Tangible progress meets lack of capacity

The April “1230” Department of Defense progress report on Security and Stability in Afghanistan summarizes its findings this way:

…International Security Assistance Force (ISAF) and its Afghan partners have made tangible progress, arresting the insurgents’ momentum in much of the country and reversing it in a number of important areas. The coalition’s efforts have wrested major safe havens from the insurgents’ control, disrupted their leadership networks, and removed many of the weapons caches and tactical supplies they left behind at the end of the previous fighting season. The Afghan National Security Forces (ANSF) continued to increase in quantity, quality, and capability, and have taken an ever-increasing role in security operations. Progress in governance and development was slower than security gains in this reporting period, but there were notable improvements nonetheless, particularly in the south and southwest. Overall, the progress across Afghanistan remains fragile and reversible, but the momentum generated over the last six months has established the necessary conditions for the commencement of the transition of security responsibilities to Afghan forces in seven areas this summer.

Can we trust this qualified optimism? Or should we join veteran Afghanistan watchers like Joshua Foust in thinking this is “insane wishful thinking”?

This what ISAF portrays as tangible progress that is breaking the momentum of the insurgency. Their own data says the exact opposite. Whether you think this is deliberately misleading on their part—basically, whether you think they’re lying—or just insane, legitimately insane wishful thinking, is up to you. I’ll be up front say I can’t tell which I think, and which I find more worrying.

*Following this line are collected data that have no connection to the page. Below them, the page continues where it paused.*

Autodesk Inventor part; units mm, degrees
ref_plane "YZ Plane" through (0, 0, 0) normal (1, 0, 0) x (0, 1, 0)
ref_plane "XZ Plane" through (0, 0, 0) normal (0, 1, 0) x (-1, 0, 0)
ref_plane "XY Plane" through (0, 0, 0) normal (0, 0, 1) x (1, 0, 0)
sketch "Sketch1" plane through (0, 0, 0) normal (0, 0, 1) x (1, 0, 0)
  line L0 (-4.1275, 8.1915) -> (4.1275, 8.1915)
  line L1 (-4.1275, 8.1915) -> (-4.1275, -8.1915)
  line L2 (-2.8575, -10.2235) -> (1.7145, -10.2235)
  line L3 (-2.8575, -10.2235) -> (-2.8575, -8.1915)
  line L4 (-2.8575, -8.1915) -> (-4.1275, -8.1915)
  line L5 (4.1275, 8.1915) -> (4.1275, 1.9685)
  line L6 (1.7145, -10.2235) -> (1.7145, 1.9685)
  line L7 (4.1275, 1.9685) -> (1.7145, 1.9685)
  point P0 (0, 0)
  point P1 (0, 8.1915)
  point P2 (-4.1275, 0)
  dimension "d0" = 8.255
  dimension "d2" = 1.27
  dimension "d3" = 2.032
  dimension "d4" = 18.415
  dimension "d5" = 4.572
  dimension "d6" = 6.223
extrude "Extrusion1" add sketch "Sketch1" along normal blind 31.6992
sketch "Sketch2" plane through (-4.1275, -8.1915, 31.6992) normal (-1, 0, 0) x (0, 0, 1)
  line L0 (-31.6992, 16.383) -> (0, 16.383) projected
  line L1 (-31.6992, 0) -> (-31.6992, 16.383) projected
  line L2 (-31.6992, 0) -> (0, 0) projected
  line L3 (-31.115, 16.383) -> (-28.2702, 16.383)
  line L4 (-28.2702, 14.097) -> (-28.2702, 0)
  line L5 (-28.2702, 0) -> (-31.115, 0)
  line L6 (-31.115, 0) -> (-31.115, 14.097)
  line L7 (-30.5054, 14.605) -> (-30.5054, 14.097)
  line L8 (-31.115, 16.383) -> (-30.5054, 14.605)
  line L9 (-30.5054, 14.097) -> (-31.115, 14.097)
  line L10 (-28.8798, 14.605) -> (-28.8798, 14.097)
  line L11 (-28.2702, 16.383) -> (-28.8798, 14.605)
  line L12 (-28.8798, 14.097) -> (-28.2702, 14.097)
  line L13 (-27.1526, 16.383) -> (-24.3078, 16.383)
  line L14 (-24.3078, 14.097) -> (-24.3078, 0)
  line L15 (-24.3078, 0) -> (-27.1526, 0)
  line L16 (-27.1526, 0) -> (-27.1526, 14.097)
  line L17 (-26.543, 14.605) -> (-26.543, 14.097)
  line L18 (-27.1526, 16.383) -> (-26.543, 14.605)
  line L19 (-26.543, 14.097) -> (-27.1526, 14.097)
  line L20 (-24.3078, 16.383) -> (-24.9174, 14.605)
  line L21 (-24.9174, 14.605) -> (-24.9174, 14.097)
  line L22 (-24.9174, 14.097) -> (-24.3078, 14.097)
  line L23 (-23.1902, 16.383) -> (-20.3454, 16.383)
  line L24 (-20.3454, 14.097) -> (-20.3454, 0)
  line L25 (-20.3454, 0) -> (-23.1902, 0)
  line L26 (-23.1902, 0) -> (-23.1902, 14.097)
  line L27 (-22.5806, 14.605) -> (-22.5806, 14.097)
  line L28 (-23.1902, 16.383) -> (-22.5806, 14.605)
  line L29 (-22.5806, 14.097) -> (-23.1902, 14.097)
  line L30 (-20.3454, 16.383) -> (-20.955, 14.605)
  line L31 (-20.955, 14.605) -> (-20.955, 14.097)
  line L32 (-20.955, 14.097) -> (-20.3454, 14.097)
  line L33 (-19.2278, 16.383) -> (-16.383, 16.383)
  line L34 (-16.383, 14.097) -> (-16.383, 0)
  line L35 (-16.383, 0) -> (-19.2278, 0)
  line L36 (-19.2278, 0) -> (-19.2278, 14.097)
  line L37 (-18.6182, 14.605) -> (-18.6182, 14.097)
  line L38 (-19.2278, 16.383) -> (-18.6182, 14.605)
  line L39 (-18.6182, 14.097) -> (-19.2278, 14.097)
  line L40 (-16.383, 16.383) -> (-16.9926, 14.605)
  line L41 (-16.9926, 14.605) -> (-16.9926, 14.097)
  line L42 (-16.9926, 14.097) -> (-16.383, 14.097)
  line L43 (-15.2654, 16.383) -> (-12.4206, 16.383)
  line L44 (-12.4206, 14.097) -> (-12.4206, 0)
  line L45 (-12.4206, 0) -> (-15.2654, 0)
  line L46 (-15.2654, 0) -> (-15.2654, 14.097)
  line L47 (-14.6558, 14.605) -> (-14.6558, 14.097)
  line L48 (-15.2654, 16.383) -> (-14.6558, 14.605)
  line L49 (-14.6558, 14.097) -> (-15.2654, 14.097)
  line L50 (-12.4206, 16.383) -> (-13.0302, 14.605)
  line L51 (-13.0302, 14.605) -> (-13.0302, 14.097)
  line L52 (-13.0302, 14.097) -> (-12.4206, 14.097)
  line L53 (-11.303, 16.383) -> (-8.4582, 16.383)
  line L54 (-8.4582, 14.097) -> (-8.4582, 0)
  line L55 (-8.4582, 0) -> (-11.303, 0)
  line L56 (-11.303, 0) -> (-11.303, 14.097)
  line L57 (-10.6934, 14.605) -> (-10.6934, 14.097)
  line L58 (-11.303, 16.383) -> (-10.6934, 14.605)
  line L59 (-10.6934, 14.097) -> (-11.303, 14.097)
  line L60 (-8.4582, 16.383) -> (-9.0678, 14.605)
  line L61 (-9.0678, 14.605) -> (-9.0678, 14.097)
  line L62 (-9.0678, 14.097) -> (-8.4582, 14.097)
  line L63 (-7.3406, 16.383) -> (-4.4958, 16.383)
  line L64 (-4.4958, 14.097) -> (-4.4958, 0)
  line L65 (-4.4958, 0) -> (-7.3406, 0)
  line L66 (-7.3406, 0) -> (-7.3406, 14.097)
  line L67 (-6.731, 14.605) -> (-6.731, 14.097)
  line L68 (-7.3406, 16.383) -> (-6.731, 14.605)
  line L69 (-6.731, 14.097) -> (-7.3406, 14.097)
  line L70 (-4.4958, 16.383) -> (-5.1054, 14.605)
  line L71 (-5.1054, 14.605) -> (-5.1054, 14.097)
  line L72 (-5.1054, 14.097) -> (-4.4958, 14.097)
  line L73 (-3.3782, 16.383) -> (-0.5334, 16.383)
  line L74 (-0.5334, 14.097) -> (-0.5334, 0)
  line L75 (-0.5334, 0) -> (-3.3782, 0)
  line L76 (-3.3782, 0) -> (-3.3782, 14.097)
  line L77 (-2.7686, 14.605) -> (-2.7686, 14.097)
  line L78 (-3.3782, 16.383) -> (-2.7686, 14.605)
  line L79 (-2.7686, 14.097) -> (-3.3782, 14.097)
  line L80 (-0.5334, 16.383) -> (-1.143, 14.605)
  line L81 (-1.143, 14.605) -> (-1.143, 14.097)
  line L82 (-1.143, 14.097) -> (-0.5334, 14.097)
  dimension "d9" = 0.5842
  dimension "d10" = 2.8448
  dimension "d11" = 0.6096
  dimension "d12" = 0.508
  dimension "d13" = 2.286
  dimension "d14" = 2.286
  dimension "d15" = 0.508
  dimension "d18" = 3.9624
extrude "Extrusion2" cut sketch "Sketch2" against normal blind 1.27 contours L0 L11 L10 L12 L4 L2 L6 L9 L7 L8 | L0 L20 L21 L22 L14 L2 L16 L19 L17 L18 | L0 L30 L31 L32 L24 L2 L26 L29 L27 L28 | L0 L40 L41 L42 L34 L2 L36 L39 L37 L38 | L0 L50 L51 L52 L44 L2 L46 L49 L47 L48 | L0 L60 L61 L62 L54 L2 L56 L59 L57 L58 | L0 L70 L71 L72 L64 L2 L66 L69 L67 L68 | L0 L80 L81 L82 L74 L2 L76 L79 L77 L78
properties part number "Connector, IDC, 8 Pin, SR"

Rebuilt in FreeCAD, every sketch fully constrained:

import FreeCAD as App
import Part
import Sketcher
from FreeCAD import Vector
Q = App.Units.Quantity


def add_polygon(sketch, points):
    """Adds a closed chain of lines whose ends are joined by coincident constraints."""
    first, n = sketch.GeometryCount, len(points)
    for a, b in zip(points, points[1:] + points[:1]):
        sketch.addGeometry(Part.LineSegment(App.Vector(*a, 0), App.Vector(*b, 0)), False)
    for i in range(n):
        sketch.addConstraint(Sketcher.Constraint("Coincident", first + i, 2, first + (i + 1) % n, 1))

doc = App.newDocument("Part")
body = doc.addObject("PartDesign::Body", "Body")

# Sketch on XY plane
sketch1 = body.newObject("Sketcher::SketchObject", "Sketch")
sketch1.AttachmentSupport = (doc.getObject("XY_Plane"), [""])
sketch1.MapMode = "FlatFace"
add_polygon(sketch1, [(4.1, 8.2), (-4.1, 8.2), (-4.1, -8.2), (-2.9, -8.2), (-2.9, -10.2), (1.7, -10.2), (1.7, 2), (4.1, 2)])  # lines 0-7
sketch1.addConstraint([
    Sketcher.Constraint("Horizontal", 0),
    Sketcher.Constraint("Vertical", 1),
    Sketcher.Constraint("Horizontal", 2),
    Sketcher.Constraint("Vertical", 3),
    Sketcher.Constraint("Horizontal", 4),
    Sketcher.Constraint("Vertical", 5),
    Sketcher.Constraint("Horizontal", 6),
    Sketcher.Constraint("Vertical", 7),
    Sketcher.Constraint("Symmetric", 1, 2, 7, 2, -1, 1),
    Sketcher.Constraint("DistanceX", 2, 1, 2, 2, Q("0.05 in")),
    Sketcher.Constraint("DistanceX", 4, 1, 4, 2, Q("0.18 in")),
    Sketcher.Constraint("DistanceY", 3, 2, 3, 1, Q("0.08 in")),
    Sketcher.Constraint("DistanceX", 0, 2, 0, 1, Q("0.325 in")),
    Sketcher.Constraint("DistanceY", 7, 1, 7, 2, Q("0.245 in")),
    Sketcher.Constraint("DistanceY", 3, 2, 0, 2, Q("0.725 in")),
])
pad1 = body.newObject("PartDesign::Pad", "Pad")
pad1.Profile = sketch1
pad1.Length = Q("1.248 in")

I confess I lean towards scepticism, but for reasons different from those Foust gives. He notes that the violence figures are higher than ever before and that insurgent ops tempo has not declined. I imagine he would point to the ongoing Taliban offensive in Kandahar over the weekend as further evidence that their momentum has not been broken.

This angle of criticism I find unconvincing.  The 1230 report is correct in thinking that increased efforts by the Coalition will necessarily increase violence temporarily, as it did in Iraq during the “surge.”   The deeper critique of the 1230 report lies in its own indications of the difficulties the Afghanistan campaign is facing beyond the immediate realm of “safe and secure environment.”

The problem here starts with the President, who has made it clear that he wants to “defeat al Qaeda in Afghanistan and Pakistan, and to prevent its capacity to threaten the United States and U.S. Allies in the future.”  But he has not made clear how Afghanistan is to be governed, or even what kind of government would be capable of preventing al Qaeda from returning to Afghanistan and threatening vital U.S. interests.  Like all post-Cold War presidents before him, Mr. Obama is trying to avoid what George W. Bush pejoratively called “nationbuilding,” which would better be termed “state-building.”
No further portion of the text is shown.